Return, from the data that follows, each line that holds the word "DIRECTION".

[STUDY MATERIAL Boundary: Start]

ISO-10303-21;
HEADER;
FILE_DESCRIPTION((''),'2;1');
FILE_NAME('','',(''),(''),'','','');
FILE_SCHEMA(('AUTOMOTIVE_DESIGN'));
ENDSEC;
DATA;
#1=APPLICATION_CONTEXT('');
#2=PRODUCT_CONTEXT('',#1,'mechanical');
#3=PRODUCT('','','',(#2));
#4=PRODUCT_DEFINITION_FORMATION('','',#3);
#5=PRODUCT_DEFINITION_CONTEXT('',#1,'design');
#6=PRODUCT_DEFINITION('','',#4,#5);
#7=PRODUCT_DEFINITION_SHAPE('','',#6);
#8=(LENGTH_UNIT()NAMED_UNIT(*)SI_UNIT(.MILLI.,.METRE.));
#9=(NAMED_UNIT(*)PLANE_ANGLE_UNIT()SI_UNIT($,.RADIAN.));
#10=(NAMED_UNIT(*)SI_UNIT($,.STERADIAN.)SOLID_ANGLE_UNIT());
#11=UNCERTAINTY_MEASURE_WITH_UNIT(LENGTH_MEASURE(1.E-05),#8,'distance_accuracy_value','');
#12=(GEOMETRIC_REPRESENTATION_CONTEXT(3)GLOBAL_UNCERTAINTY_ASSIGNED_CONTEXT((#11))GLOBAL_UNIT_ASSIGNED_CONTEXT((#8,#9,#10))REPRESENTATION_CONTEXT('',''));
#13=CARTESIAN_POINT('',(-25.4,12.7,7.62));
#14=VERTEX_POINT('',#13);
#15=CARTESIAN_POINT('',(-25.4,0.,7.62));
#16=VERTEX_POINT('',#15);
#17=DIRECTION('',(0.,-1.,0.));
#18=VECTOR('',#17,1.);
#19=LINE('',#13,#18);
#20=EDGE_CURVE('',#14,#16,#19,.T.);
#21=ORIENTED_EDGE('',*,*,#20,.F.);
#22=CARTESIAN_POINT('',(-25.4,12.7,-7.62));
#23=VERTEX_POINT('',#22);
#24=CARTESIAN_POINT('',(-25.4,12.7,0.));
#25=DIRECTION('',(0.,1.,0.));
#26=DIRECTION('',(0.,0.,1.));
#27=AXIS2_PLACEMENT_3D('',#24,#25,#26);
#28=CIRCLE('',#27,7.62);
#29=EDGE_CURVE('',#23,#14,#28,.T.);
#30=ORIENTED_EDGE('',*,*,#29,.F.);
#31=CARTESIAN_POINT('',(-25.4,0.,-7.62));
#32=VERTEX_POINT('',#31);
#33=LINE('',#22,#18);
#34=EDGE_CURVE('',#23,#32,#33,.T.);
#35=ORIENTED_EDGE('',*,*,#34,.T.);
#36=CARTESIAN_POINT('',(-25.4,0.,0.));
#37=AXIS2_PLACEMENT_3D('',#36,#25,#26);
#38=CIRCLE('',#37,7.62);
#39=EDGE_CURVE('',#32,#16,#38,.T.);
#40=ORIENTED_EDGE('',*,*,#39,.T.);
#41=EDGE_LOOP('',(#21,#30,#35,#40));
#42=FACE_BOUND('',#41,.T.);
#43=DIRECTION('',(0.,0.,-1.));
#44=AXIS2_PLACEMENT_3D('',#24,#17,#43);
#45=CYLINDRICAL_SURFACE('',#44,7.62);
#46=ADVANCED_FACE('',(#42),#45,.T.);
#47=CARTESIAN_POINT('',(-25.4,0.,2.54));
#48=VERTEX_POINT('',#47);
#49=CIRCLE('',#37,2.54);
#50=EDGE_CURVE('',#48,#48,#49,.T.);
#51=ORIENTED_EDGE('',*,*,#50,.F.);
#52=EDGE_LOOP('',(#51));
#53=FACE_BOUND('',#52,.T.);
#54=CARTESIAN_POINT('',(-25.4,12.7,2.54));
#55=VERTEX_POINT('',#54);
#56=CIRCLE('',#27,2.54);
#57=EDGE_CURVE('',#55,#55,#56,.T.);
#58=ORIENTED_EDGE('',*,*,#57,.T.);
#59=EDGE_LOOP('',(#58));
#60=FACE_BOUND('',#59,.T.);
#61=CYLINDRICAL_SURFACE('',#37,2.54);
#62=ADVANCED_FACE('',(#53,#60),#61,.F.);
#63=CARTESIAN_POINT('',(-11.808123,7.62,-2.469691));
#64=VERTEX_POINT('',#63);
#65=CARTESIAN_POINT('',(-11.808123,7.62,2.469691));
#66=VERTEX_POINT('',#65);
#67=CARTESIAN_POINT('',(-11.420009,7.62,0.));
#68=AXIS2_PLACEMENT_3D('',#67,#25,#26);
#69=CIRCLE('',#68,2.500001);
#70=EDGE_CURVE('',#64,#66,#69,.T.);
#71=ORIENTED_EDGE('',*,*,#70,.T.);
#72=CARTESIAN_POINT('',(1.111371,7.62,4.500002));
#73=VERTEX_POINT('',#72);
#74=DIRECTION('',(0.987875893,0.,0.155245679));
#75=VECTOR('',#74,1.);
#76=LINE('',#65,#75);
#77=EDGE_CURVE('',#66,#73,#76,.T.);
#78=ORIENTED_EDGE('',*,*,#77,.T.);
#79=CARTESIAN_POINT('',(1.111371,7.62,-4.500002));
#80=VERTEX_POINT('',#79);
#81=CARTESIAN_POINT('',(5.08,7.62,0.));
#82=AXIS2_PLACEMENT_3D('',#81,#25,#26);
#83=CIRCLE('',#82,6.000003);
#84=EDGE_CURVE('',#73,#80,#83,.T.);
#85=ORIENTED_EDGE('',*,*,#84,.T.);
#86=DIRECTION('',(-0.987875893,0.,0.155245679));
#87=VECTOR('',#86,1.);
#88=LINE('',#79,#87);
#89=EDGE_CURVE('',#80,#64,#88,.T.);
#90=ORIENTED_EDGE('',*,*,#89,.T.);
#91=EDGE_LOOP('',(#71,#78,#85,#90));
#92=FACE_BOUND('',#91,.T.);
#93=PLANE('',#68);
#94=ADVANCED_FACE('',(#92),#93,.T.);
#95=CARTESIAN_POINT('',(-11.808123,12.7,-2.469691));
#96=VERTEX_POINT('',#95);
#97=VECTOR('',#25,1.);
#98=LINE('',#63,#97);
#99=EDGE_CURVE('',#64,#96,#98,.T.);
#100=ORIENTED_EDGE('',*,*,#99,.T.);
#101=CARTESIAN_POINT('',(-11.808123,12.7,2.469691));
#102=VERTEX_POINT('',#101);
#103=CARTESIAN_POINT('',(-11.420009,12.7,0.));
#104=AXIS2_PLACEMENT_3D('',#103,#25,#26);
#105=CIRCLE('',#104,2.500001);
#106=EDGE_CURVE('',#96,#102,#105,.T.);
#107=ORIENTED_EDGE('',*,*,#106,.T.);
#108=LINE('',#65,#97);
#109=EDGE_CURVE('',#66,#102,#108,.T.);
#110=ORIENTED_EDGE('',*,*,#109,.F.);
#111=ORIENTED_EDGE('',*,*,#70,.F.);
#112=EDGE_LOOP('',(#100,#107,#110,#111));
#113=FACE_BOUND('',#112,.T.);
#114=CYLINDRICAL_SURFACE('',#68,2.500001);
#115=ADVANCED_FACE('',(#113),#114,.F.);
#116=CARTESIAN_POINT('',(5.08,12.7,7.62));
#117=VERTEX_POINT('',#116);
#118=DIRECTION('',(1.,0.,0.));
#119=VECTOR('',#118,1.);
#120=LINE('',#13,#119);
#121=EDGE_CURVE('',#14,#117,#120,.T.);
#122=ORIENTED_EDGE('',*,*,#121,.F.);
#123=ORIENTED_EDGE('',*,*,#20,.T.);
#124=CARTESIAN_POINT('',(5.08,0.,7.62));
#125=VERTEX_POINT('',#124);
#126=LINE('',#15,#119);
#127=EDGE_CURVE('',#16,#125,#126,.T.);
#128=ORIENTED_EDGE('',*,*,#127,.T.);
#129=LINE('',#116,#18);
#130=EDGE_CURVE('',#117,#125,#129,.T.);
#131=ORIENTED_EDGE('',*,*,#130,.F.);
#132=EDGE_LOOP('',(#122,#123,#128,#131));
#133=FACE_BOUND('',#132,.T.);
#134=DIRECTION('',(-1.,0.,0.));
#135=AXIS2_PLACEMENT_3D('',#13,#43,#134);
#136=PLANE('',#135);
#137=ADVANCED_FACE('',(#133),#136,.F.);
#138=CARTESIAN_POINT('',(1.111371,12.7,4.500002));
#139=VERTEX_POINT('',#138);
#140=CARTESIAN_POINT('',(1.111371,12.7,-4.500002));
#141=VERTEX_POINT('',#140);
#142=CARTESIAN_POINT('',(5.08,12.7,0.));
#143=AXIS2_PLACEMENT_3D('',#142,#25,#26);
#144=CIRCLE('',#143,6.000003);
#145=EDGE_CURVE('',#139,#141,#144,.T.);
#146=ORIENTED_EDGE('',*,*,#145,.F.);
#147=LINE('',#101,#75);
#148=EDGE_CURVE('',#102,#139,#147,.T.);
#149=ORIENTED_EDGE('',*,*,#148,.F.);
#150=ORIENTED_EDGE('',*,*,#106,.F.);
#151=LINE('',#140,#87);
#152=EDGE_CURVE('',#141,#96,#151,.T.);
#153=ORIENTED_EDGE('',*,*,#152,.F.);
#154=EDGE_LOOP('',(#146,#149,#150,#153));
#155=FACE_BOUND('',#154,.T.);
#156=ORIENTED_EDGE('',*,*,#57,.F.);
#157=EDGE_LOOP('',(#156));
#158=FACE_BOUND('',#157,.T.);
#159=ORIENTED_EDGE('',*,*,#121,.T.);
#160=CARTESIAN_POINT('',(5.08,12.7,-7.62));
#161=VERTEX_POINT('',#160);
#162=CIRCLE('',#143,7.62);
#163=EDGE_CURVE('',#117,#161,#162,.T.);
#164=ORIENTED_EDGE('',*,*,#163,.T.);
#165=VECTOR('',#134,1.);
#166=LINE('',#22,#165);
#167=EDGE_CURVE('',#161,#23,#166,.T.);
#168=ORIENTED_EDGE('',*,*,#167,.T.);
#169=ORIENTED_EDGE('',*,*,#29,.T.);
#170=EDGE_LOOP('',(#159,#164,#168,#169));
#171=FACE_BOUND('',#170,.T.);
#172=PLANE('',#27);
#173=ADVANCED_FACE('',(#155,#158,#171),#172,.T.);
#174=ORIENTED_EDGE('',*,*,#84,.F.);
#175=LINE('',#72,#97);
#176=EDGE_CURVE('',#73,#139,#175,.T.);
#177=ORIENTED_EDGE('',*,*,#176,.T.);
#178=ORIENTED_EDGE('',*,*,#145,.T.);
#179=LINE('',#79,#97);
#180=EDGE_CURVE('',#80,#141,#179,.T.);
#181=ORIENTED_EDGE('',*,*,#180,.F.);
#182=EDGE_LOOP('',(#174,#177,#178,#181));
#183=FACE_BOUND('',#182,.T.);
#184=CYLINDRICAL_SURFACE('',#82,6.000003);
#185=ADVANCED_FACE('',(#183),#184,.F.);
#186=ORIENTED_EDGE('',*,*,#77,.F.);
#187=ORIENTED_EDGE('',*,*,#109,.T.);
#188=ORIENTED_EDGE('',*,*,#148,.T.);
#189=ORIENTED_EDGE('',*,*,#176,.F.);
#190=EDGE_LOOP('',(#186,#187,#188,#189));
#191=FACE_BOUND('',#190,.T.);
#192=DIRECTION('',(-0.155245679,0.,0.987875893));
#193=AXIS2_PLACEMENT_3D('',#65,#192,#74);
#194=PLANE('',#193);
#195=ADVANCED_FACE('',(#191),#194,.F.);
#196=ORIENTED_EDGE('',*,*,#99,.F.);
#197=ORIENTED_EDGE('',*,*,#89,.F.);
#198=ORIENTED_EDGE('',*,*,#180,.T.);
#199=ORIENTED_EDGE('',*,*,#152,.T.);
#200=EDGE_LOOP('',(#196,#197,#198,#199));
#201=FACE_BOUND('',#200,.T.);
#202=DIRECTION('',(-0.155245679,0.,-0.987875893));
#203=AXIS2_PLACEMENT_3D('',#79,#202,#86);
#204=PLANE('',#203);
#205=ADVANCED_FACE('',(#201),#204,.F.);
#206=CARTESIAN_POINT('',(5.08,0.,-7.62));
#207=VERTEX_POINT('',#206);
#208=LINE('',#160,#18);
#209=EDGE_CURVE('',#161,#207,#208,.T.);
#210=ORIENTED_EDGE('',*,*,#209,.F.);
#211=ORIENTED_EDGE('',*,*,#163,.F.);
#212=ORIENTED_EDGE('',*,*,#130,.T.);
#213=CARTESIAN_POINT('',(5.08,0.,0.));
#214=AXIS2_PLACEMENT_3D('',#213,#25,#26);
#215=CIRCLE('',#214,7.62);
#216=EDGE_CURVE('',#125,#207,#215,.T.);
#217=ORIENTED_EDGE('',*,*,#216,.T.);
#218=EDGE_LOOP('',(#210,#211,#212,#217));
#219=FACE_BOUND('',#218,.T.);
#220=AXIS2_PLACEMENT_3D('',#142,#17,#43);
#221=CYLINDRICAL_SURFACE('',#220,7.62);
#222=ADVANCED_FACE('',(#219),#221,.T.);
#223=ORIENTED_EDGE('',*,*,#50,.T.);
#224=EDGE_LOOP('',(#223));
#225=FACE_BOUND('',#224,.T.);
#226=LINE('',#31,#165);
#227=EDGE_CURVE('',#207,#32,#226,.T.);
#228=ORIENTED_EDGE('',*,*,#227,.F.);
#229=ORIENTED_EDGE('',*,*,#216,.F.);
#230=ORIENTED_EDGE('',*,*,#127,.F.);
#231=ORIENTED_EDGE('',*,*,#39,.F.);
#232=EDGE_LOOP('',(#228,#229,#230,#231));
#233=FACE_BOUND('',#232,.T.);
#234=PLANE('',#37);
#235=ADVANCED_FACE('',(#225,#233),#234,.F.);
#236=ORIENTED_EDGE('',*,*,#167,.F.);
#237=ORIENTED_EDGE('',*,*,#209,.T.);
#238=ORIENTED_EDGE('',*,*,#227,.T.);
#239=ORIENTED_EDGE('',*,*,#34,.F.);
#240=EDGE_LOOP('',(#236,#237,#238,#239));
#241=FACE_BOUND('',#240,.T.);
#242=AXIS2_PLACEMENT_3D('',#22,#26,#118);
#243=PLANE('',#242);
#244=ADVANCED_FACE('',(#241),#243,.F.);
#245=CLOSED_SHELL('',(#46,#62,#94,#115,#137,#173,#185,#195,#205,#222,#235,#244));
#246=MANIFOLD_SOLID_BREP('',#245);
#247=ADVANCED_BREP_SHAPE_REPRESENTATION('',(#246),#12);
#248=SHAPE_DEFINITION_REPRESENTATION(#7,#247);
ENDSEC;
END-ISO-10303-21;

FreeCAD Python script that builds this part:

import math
import FreeCAD as App
import Part
import Sketcher
Q = App.Units.Quantity

doc = App.newDocument("Part")
body = doc.addObject("PartDesign::Body", "Body")

sketch1 = body.newObject("Sketcher::SketchObject", "Sketch")
sketch1.AttachmentSupport = (doc.getObject("XZ_Plane"), [""])
sketch1.MapMode = "FlatFace"
sketch1.addGeometry([
    Part.LineSegment(App.Vector(5, -8, 0), App.Vector(-25, -8, 0)),
    Part.ArcOfCircle(Part.Circle(App.Vector(-25, 0, 0), App.Vector(0, 0, 1), 8), math.radians(90), math.radians(270)),
    Part.LineSegment(App.Vector(-25, 8, 0), App.Vector(5, 8, 0)),
    Part.ArcOfCircle(Part.Circle(App.Vector(5, 0, 0), App.Vector(0, 0, 1), 8), math.radians(-90), math.radians(90)),
], False)
sketch1.addConstraint([
    Sketcher.Constraint("Tangent", 0, 2, 1, 2),
    Sketcher.Constraint("Tangent", 1, 1, 2, 1),
    Sketcher.Constraint("Tangent", 2, 2, 3, 2),
    Sketcher.Constraint("Tangent", 3, 1, 0, 1),
    Sketcher.Constraint("Horizontal", 0),
    Sketcher.Constraint("Horizontal", 2),
    Sketcher.Constraint("PointOnObject", 1, 3, -1),
    Sketcher.Constraint("Radius", 1, Q("0.3 in")),
    Sketcher.Constraint("DistanceX", 0, 2, 0, 1, Q("1.2 in")),
    Sketcher.Constraint("DistanceX", 1, 3, -1, 1, Q("1 in")),
])
pad1 = body.newObject("PartDesign::Pad", "Pad")
pad1.Profile = sketch1
pad1.Length = Q("0.5 in")
pad1.Reversed = True

sketch2 = body.newObject("Sketcher::SketchObject", "Sketch001")
sketch2.AttachmentSupport = (doc.getObject("XZ_Plane"), [""])
sketch2.MapMode = "FlatFace"
sketch2.AttachmentOffset = App.Placement(App.Vector(0, 0, -0.5 * 25.4), App.Rotation())
sketch2.addGeometry(Part.Circle(App.Vector(-25.4, 0, 0), App.Vector(0, 0, 1), 2.5), False)
sketch2.addConstraint([
    Sketcher.Constraint("PointOnObject", 0, 3, -1),
    Sketcher.Constraint("Diameter", 0, Q("0.2 in")),
    Sketcher.Constraint("DistanceX", 0, 3, -1, 1, Q("1 in")),
])
pocket1 = body.newObject("PartDesign::Pocket", "Pocket")
pocket1.Profile = sketch2
pocket1.Type = "ThroughAll"
pocket1.Reversed = True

[STUDY MATERIAL Boundary: End]

YOUR SOLUTION:
#17=DIRECTION('',(0.,-1.,0.));
#25=DIRECTION('',(0.,1.,0.));
#26=DIRECTION('',(0.,0.,1.));
#43=DIRECTION('',(0.,0.,-1.));
#74=DIRECTION('',(0.987875893,0.,0.155245679));
#86=DIRECTION('',(-0.987875893,0.,0.155245679));
#118=DIRECTION('',(1.,0.,0.));
#134=DIRECTION('',(-1.,0.,0.));
#192=DIRECTION('',(-0.155245679,0.,0.987875893));
#202=DIRECTION('',(-0.155245679,0.,-0.987875893));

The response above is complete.